Field practice in moving from an old SCADA-based to a modern substation automation system (SAS)

Digital Substation Automation Systems

This article gives a systematic and pragmatic look into Substation Automation Systems, dealing with the constraints of traditional (now old) SCADA-based substations and advancing to modern SAS systems. We’ll discuss the strong arguments and field practice in moving from hardwired automation, panel-centric configurations, to communication-oriented, system-centric solutions. Sounds good!

Modern power systems are undergoing a fundamental transformation driven by increasing network complexity, higher reliability expectations, and the need for efficient remote operation. Substations, once designed as locally operated and heavily hardwired installations, are now required to function as intelligent, remotely supervised nodes within a highly interconnected grid. This shift has given rise to the widespread adoption of Substation Automation Systems (SAS).

A Substation Automation System (SAS) is an integrated framework that enables monitoring, control, protection, data acquisition, and communication within a substation using digital technologies and standardized communication protocols.

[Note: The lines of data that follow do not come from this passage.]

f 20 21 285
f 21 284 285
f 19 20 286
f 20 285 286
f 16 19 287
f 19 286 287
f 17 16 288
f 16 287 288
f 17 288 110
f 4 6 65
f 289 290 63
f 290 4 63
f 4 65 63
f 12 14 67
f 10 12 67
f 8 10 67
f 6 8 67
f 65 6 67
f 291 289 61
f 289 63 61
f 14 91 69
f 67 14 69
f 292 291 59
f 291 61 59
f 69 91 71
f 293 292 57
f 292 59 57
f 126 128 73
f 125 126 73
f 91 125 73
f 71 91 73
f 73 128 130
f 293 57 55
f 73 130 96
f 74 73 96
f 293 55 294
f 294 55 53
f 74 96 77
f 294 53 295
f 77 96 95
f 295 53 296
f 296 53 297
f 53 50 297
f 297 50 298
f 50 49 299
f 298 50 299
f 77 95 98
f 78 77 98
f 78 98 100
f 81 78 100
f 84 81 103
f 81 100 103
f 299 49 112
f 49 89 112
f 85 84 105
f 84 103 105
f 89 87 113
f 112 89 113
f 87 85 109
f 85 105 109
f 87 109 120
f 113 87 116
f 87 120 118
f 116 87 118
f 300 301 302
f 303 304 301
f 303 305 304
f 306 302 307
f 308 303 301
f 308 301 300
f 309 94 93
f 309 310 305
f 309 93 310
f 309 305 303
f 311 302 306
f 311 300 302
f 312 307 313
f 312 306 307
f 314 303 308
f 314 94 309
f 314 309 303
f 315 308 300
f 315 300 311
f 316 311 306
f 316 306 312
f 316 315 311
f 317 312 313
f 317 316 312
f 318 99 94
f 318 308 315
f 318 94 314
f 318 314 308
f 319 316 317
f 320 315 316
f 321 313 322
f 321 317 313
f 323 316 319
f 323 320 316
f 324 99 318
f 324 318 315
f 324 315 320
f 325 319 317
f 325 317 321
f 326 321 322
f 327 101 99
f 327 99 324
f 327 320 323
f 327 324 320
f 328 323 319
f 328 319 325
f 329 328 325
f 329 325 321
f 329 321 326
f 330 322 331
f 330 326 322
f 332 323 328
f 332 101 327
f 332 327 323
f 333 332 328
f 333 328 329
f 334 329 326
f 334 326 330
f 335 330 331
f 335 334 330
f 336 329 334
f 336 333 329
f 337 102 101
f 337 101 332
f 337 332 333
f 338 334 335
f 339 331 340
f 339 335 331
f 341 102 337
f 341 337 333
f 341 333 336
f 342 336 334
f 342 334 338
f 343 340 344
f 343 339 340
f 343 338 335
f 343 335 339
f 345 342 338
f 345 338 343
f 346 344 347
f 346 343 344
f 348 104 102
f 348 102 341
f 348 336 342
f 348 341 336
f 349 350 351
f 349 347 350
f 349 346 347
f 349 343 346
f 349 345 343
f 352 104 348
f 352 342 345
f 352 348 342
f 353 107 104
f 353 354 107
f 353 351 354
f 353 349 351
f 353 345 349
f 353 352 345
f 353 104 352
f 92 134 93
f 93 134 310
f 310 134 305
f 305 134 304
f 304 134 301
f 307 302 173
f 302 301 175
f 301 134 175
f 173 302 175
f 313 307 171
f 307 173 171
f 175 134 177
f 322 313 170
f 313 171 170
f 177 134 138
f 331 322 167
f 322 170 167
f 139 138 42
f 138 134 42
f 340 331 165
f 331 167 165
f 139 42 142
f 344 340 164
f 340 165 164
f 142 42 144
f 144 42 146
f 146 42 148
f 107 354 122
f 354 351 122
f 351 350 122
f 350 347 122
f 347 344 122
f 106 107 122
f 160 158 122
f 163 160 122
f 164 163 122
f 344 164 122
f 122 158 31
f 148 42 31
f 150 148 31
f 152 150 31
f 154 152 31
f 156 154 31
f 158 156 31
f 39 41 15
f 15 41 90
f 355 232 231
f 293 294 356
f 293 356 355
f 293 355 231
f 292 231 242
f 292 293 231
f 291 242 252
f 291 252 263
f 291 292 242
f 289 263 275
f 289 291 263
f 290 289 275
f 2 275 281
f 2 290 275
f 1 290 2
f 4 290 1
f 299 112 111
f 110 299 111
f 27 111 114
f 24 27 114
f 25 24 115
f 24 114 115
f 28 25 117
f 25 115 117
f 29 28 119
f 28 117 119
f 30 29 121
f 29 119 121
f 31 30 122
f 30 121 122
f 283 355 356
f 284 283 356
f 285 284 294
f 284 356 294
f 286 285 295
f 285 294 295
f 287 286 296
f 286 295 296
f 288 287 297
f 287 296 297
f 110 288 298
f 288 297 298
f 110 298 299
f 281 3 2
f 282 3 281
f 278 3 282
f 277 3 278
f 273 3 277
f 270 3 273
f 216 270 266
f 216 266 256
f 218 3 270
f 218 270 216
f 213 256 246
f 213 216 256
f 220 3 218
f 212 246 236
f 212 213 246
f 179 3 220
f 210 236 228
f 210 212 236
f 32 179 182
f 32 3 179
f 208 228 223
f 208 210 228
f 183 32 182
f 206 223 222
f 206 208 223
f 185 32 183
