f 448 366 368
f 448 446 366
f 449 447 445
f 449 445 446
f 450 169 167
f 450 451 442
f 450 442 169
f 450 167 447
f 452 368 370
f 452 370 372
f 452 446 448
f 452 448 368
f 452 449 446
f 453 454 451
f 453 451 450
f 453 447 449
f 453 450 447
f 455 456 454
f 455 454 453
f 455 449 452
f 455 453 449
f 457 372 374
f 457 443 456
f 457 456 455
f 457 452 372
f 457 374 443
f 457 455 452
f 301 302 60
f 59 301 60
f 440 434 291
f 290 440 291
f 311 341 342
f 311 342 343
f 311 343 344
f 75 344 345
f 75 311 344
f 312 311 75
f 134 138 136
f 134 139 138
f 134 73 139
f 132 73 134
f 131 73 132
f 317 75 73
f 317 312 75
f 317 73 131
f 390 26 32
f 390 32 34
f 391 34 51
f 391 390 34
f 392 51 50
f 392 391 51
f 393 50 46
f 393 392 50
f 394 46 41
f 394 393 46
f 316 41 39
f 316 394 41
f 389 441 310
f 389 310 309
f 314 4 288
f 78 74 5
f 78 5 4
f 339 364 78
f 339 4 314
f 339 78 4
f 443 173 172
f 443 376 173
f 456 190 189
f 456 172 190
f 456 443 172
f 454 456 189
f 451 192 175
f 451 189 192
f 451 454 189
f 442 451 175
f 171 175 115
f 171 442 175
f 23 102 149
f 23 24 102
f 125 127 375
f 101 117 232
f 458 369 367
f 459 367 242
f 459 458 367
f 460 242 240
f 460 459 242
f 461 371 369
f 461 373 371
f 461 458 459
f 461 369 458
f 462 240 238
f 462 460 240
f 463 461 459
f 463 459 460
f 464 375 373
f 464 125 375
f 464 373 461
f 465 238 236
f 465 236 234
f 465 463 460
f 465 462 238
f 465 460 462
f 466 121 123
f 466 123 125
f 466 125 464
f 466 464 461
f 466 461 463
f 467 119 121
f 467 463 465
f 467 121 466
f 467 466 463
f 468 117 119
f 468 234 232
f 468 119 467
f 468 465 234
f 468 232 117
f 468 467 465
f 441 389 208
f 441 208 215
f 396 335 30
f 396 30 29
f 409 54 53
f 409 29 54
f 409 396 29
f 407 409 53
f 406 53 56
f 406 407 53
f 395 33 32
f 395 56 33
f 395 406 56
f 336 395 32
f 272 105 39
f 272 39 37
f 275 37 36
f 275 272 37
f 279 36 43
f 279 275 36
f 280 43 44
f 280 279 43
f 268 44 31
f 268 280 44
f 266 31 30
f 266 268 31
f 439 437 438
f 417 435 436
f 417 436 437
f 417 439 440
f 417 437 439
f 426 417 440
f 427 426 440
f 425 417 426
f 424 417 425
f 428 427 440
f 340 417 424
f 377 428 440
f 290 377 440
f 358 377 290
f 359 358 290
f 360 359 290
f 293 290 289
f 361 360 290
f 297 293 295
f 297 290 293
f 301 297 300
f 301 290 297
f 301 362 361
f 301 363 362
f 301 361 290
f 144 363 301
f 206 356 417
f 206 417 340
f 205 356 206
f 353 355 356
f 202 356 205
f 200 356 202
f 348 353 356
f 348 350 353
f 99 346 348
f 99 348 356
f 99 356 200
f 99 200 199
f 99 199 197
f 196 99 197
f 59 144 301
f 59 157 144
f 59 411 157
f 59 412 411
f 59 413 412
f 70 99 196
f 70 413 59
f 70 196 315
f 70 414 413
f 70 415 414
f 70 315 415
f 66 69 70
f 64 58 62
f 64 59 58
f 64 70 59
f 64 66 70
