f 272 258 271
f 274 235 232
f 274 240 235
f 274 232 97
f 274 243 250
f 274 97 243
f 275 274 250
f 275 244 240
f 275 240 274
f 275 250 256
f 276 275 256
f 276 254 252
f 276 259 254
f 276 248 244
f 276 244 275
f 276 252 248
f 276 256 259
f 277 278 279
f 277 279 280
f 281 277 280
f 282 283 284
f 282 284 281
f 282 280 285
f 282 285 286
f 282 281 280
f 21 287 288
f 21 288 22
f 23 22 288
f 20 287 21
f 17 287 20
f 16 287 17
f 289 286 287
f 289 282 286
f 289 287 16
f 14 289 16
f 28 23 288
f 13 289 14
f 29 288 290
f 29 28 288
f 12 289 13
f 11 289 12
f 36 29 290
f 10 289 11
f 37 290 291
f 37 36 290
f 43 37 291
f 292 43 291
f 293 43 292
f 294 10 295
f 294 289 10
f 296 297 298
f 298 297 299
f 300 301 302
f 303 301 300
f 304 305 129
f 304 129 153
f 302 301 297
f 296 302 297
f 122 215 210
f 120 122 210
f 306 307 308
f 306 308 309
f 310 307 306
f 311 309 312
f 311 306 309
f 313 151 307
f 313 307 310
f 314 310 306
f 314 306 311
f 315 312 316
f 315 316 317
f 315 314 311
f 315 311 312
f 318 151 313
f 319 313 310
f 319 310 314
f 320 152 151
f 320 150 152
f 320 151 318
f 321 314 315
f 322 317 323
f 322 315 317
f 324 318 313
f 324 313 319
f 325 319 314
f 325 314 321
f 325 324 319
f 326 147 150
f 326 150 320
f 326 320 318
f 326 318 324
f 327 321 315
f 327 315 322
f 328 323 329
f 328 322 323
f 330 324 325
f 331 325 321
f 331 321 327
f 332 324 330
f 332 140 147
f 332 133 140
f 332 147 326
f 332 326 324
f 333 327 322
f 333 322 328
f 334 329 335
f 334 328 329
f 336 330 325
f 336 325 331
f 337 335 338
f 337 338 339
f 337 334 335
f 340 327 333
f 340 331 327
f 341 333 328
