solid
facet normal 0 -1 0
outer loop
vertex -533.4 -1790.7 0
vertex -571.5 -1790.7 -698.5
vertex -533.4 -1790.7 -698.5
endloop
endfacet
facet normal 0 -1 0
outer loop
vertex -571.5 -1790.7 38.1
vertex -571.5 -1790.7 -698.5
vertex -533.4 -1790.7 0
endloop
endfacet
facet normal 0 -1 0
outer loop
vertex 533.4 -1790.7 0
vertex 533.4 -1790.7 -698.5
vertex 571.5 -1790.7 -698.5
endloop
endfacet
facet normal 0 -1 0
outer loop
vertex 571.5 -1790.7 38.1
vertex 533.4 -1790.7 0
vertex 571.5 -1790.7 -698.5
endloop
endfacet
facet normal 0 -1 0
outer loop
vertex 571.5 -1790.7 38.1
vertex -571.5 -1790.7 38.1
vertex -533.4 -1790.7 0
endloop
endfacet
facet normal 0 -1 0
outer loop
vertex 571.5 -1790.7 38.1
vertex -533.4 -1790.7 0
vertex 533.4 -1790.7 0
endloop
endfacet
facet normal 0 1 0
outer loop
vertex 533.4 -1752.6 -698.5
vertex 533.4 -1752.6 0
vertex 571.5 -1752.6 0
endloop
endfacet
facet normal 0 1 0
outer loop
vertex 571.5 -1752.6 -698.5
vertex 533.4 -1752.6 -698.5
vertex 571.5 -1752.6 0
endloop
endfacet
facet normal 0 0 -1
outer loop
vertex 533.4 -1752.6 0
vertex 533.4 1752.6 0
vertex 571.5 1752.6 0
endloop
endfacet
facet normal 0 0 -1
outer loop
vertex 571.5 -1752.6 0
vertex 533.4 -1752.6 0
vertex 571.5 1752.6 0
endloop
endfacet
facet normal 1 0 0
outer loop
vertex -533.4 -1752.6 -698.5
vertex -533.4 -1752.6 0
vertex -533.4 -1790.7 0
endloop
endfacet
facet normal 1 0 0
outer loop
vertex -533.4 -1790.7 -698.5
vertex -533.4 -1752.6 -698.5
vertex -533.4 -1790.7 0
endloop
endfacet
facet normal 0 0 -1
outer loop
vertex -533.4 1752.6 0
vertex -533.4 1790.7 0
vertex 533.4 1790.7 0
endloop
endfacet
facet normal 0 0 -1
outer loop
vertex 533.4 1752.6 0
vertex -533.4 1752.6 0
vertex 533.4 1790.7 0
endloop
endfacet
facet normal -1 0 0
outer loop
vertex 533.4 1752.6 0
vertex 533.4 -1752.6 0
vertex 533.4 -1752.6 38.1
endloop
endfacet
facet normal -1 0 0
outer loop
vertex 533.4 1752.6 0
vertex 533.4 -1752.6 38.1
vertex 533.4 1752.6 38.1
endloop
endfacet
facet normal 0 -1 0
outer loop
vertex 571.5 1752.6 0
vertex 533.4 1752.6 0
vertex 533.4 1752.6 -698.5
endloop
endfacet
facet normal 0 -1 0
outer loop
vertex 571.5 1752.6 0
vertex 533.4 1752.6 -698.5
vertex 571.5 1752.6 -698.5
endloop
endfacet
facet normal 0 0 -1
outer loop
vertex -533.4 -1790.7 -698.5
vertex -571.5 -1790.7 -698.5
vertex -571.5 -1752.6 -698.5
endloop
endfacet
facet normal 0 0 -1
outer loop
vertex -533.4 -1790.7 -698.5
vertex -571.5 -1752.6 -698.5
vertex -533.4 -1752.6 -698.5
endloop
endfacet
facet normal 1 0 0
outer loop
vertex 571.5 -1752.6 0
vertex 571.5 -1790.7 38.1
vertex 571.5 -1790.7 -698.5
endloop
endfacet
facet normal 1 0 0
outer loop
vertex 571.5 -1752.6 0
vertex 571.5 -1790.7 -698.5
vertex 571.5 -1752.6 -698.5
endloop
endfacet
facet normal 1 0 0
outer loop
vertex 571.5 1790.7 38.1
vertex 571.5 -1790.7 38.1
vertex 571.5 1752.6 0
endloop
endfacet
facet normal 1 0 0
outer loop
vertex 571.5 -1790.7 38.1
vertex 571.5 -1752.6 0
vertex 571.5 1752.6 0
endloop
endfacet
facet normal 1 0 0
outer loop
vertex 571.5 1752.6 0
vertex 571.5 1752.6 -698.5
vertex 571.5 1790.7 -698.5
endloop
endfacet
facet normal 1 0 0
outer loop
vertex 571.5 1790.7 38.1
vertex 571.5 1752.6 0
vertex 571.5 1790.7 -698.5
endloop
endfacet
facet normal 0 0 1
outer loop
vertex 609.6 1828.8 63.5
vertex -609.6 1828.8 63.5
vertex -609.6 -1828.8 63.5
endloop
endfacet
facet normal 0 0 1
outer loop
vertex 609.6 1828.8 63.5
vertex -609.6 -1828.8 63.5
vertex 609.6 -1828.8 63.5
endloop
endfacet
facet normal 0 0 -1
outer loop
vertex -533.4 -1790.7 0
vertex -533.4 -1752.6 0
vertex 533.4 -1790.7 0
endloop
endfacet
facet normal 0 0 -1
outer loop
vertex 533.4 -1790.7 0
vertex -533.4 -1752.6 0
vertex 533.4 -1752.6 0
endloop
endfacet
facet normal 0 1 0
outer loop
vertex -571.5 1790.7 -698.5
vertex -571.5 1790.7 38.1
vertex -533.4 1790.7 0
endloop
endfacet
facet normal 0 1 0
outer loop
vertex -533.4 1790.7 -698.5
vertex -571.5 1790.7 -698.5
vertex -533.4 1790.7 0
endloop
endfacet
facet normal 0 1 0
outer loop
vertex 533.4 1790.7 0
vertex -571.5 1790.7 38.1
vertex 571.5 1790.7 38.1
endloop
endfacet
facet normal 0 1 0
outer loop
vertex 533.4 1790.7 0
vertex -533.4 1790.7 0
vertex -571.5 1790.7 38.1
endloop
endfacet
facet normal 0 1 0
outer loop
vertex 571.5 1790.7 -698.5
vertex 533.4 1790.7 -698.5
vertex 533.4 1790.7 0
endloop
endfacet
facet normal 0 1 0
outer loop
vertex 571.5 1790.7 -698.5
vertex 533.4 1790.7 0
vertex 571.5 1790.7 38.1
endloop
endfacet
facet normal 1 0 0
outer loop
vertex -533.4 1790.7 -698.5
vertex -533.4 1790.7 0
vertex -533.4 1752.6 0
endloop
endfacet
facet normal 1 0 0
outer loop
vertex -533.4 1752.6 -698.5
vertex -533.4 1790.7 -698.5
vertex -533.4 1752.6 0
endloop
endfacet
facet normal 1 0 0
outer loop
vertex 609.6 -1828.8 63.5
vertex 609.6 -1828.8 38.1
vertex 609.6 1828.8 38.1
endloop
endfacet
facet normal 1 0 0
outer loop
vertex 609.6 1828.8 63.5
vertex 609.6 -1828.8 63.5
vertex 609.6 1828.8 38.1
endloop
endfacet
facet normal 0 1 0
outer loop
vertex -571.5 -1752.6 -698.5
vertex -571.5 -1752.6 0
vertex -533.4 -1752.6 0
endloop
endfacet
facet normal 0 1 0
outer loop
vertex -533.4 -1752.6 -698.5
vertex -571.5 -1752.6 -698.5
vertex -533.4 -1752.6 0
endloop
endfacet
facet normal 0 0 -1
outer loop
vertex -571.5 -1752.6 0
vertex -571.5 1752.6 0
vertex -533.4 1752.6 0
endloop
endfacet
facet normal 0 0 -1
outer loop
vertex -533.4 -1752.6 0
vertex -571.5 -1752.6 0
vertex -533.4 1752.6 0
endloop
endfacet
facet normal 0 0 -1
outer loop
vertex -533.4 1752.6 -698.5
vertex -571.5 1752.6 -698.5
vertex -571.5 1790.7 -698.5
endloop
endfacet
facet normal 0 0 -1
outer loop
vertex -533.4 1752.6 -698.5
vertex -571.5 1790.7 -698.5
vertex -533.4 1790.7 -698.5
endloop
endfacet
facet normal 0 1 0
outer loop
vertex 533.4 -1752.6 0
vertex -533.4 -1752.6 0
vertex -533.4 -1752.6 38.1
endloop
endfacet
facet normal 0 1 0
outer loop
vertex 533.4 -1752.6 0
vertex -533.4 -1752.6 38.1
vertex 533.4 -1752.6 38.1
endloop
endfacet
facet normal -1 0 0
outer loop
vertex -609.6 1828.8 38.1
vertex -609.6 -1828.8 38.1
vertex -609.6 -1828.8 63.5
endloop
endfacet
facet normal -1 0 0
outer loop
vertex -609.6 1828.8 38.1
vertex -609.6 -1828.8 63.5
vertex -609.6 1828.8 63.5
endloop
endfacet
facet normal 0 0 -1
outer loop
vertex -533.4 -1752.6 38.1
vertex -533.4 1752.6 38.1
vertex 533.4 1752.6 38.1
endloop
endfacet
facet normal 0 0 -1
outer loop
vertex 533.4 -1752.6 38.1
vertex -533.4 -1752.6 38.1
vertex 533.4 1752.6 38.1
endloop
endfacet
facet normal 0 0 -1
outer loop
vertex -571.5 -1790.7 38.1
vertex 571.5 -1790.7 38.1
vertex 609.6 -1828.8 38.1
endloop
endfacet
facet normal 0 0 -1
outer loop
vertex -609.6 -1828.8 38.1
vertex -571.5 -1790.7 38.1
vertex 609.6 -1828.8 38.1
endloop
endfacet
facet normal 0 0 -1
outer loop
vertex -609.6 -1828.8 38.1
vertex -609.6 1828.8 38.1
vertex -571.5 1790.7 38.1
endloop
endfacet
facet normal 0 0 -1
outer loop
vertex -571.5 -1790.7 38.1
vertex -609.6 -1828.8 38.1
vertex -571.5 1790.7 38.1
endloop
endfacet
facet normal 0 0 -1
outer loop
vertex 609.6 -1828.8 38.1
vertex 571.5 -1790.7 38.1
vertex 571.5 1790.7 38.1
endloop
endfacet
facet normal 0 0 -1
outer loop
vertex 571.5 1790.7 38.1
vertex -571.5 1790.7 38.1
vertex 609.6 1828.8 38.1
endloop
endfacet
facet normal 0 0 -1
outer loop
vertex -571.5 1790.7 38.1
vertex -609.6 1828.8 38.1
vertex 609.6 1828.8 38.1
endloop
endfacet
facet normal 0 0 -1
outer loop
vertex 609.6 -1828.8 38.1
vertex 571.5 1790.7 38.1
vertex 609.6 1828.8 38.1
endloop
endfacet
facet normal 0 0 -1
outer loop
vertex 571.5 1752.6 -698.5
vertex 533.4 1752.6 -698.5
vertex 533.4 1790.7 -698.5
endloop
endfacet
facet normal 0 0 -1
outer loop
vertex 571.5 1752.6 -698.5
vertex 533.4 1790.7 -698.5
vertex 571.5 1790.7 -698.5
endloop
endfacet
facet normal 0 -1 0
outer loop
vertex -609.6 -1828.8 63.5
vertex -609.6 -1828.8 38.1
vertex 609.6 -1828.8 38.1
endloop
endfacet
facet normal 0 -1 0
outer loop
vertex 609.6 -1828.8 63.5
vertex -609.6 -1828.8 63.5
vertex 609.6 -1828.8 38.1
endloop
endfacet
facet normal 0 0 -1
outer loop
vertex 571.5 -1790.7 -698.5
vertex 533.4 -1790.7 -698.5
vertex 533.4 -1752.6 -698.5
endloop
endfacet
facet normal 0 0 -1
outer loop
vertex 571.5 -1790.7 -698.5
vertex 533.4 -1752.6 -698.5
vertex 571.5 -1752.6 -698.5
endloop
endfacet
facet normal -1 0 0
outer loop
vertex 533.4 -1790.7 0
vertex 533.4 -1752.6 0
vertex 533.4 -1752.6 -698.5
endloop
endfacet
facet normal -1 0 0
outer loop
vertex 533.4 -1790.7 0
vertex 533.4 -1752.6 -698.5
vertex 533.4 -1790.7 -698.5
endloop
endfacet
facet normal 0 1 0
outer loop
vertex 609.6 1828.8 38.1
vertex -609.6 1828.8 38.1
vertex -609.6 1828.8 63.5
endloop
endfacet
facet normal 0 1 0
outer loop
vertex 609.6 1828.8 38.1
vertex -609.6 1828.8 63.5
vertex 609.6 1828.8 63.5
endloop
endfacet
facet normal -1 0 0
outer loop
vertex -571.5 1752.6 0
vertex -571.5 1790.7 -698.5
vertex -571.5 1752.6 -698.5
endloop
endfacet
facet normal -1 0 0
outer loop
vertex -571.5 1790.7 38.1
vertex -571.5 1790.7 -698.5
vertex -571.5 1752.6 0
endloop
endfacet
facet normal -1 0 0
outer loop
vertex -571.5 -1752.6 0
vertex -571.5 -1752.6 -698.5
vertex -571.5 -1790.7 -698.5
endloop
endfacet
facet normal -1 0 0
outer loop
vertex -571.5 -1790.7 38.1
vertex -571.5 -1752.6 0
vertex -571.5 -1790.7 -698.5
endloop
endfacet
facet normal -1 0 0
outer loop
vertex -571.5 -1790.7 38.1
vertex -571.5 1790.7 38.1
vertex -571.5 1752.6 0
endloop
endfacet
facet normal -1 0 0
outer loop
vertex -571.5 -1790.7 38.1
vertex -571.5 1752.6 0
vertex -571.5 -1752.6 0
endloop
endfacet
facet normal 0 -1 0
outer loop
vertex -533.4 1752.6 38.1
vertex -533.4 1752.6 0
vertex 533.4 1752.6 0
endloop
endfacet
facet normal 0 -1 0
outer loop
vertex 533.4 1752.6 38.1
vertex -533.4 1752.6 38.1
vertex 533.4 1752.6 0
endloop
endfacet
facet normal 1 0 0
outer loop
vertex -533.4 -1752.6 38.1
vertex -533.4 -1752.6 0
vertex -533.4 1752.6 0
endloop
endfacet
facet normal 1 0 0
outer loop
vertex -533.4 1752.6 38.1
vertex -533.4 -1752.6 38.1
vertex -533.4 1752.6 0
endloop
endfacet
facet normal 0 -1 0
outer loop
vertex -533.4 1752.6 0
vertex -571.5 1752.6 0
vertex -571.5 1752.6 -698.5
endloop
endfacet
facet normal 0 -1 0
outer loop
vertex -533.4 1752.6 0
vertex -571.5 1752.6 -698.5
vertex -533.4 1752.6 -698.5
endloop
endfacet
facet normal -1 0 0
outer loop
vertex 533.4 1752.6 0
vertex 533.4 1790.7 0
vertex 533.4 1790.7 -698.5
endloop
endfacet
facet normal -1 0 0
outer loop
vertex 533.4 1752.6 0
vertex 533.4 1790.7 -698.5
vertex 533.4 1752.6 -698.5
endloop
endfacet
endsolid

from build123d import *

# Parameters (mm, degrees)
F0_W     = 1143
F0_H     = 3581.4
F0_W_2   = 1066.8
F0_H_2   = 3505.2
F1_DEPTH = 38.1
F2_W     = 38.1
F2_H     = 38.1
F3_DEPTH = 698.5
F4_W     = 1219.2
F4_H     = 3657.6
F5_DEPTH = 25.4


with BuildPart() as f1:
    # F0 (on Top) → F1 (new body)
    with BuildSketch(Plane.XY):
        Rectangle(F0_W, F0_H)
        Rectangle(F0_W_2, F0_H_2, mode=Mode.SUBTRACT)
    extrude(amount=F1_DEPTH)

    # F2 (on face) → F3 (join)
    with BuildSketch(Plane(origin=(0, 0, 0), x_dir=(1, 0, 0), z_dir=(0, 0, -1))):
        with Locations((-552.45, 1771.65)):
            Rectangle(F2_W, F2_H)
        with Locations((552.45, 1771.65)):
            Rectangle(F2_W, F2_H)
        with Locations((-552.45, -1771.65)):
            Rectangle(F2_W, F2_H)
        with Locations((552.45, -1771.65)):
            Rectangle(F2_W, F2_H)
    extrude(amount=F3_DEPTH)

    # F4 (on face) → F5 (join)
    with BuildSketch(Plane.XY.offset(38.1)):
        Rectangle(F4_W, F4_H)
    extrude(amount=F5_DEPTH)


solid = f1.part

Rather than relying on extensive copper wiring and local-only operation, SAS combines Intelligent Electronic Devices (IEDs), high-speed communication networks, and centralized software platforms to deliver safe, reliable, and efficient substation operation.

The functional architecture of SAS spanning process, bay, and station levels is explored in detail, along with the critical role of Bay Control Units (BCUs) and Local Control Cubicles (LCCs) in modern substations.

By combining theoretical concepts with real-world operational experience, this article provides engineers and students with a clear understanding of how Substation Automation Systems are designed, implemented, and operated in modern power networks.

Ok, let’s dive into the details!

Table of Contents:

1. What is a Substation Automation System (SAS)?
   1. Why Do We Need Substation Automation Systems?
2. Disturbance Monitoring and Power Quality
3. Engineering Access – A Major Evolution in SAS
4. Remote Engineering and Operational Flexibility Enabled by SAS:
   1. A Practical Operating Scenario
   2. Limitations of Conventional Substation Operation
   3. Remote Analysis Using Substation Automation Systems
   4. Remote Setting Adjustment and System Recovery
   5. Operational Benefits of Modern SAS Implementations
5. IEC 61850 – The Real Breakthrough in SAS
6. Conventional (Old) Substations:
   1. How Conventional SCADA Worked
   2. Analog Signals and Transducers
   3. Limitations of Conventional Substations
   4. Automated Substations
   5. From Copper to Communication
   6. Industry-Wide Transformation
7. SAS Functional Architecture:
   1. Process Level (Gathering Information)
   2. Bay Level (Processing Data)
   3. Station Level (Overall Supervision and Control)
8. Bay Control Units (BCUs) and Local Control Cubicles (LCCs) in Substation Automation Systems:
   1. Local Control Cubicle – Concept and Purpose
   2. Evolution of LCCs from Conventional to Automated Systems
   3. Role of the Bay Control Unit
   4. Control and Interlocking Philosophy
   5. BCU Human–Machine Interface
   6. Operational Flexibility and Maintenance Features
   7. Rear Panel Configuration and Inputs
   8. Communication and Networking
   9. Time Synchronization and Event Accuracy
9. Attachment (PDF) 🔗 Download ‘Design Guide for Generating Power Stations and Industrial Plants’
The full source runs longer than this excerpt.